The movie is completely derivative in both concept and execution as its narrative plays the studio comedy handbook without any freshness to its name. You got all the greatest hits, including the “everybody get blackout drunk” montage, the hallucinatory drug sequence, the insufferable but quirky family member, a comical brawl scene, weird comical slapstick regarding a CGI animal, annoying characters with in-your-face crassness and vulgarity that are desperately played for laughs… every ingredient in the R-rated studio comedy soup. While the cast runs laps over the screenplay itself, elevating the film’s quality with their charm, it all feels so lazy, resulting in the soup having a salty taste.
The film doesn’t commit to its simple premise, for it forces two opposing concepts into one hodgepodge of a film. It begins with the vacation in Mexico where Marcus and Emily meet wild and loose Ron and Kyla, and it’s a blast. But 30 minutes after that, the film deliberately becomes Meet the Parents/Mike and Dave Need Wedding Dates but without any wit to pique your interest. The way that Ron and Kyla are reintroduced into their lives after a seven-month period feels forced and the humor is even more so. As the film meandered, hitting lazy tropes that have been done to death, I kept thinking how it took five dudes to write this dull film. It has its funny moments due to the comedic timing of the cast, but it kept falling short due to lazy writing and sitcom-like behavior from all of the side characters. While it’s mostly the Howery and Cena show, Yvonne Orji and Meredith Hagner get the short end of the stick. Both have proven to be hilarious and while Hagner gets to do a lot due to being part of the wild couple, Orji’s character doesn’t get much of an individual personality. It’s a shame because the majority of the story is centered around her crazy family and the film tries to position everyone to get more screen time than her.

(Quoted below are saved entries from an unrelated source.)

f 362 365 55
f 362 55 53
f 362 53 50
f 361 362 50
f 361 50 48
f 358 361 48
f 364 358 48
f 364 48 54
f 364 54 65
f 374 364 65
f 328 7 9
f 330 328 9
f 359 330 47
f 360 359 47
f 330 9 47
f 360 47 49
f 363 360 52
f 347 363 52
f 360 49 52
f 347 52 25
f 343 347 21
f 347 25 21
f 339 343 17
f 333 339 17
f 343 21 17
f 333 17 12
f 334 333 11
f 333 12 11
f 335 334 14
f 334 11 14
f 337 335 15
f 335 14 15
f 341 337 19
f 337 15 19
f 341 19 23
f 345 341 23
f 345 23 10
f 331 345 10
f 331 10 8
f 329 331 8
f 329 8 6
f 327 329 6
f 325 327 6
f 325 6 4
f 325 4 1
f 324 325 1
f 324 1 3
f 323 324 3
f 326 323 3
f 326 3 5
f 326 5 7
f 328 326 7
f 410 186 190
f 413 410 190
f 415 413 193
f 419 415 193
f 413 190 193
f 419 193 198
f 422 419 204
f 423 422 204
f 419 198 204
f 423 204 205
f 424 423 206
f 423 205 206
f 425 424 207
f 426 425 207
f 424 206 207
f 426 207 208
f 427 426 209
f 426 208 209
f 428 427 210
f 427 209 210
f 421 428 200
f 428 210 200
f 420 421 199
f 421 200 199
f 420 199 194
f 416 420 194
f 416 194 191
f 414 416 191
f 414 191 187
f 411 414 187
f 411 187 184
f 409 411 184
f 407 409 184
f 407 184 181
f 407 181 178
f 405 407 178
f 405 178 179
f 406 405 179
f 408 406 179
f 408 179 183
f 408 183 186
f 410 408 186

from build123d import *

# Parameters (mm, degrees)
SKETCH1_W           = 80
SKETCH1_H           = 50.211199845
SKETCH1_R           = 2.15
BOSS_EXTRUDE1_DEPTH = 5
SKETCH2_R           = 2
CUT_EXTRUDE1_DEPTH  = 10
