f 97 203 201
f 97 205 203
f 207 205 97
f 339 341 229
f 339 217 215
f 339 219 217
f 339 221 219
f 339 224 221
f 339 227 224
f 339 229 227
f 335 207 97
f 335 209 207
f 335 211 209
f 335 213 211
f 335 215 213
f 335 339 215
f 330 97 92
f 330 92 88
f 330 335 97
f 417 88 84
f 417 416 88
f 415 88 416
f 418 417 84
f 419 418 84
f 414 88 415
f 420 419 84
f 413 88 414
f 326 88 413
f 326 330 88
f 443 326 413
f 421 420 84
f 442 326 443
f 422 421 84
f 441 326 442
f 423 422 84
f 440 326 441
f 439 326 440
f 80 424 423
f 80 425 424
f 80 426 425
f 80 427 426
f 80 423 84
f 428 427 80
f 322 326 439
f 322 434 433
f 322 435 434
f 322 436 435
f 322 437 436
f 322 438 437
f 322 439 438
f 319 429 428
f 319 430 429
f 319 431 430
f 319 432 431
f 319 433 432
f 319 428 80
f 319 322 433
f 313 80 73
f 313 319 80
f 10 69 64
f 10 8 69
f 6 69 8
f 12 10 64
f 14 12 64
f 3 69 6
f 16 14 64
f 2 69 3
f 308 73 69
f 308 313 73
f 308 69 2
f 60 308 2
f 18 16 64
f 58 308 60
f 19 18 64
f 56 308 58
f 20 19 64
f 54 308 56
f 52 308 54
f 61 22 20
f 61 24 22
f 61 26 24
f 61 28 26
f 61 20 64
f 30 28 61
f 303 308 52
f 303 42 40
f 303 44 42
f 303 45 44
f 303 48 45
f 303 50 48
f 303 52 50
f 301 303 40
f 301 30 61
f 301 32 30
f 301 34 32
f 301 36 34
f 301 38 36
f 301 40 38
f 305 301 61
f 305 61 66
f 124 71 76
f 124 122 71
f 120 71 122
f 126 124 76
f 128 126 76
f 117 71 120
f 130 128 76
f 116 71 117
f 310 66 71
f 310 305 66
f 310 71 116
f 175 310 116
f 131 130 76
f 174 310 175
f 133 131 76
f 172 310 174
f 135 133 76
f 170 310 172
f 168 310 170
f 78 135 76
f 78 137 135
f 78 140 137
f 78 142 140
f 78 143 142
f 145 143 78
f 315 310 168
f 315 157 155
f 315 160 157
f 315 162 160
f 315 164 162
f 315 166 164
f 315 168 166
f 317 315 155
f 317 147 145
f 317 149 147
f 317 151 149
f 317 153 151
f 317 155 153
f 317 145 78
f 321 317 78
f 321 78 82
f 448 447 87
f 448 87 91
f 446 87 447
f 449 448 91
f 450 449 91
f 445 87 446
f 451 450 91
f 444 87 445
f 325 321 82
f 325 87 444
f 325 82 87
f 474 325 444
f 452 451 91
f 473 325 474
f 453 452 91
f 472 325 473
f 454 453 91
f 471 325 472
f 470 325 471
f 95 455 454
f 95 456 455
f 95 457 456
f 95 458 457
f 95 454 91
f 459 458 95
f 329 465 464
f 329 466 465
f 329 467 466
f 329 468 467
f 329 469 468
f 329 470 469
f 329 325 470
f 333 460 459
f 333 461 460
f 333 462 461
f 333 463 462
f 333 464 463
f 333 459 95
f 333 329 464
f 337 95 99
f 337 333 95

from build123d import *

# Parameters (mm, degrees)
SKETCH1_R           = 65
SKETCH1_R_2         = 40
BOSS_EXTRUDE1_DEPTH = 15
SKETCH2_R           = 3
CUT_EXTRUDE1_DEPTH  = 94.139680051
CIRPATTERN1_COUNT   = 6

What irked me the most about Vacation Friends, aside from its laziness, was its poor execution of a plot element that could’ve been somewhat intriguing but is overall uncomfortable to witness. Not to give too much away, but during Marcus, Emily, Ron, and Kyla’s escapades, Marcus gets blackout drunk in the shared suite with the other couple. He wakes up to see his girl on top of him, riding him. When he comes to briefly, unable to move, he sees Kyla on top of him riding him while he’s out cold. You know exactly what it sounds like and where this shit goes is uncomfortable to witness, especially when it skirts around what you assume the act is in the first place. I hate how they try to make it sound like the events of that night were consensual when, in regards to the depiction from the film’s lens itself, they were not. I give it this, though: it was horrifying to watch as a Black person. Sorry Candyman, but Vacation Friends is the most stressful Black horror flick this year because it sets up a fucked up premise that’s dark, uncomfortable, and deranged that’s played for comedy when in reality it is not. Unfortunately, that’s the only fresh thing that the film has going for it.
Vacation Friends manages to thrive and provide adequate entertainment thanks to the central cast and their sweet-natured and committed performances, but its overly familiar plotting ranges between ill-conceived and forced to downright lazy and generic. It’s a studio comedy meant for theaters but was dumped on a streaming platform. What else can I say? It took five dudes to write this bland and mediocre ass comedy. Well, at least it’s on Hulu for your viewing pleasure.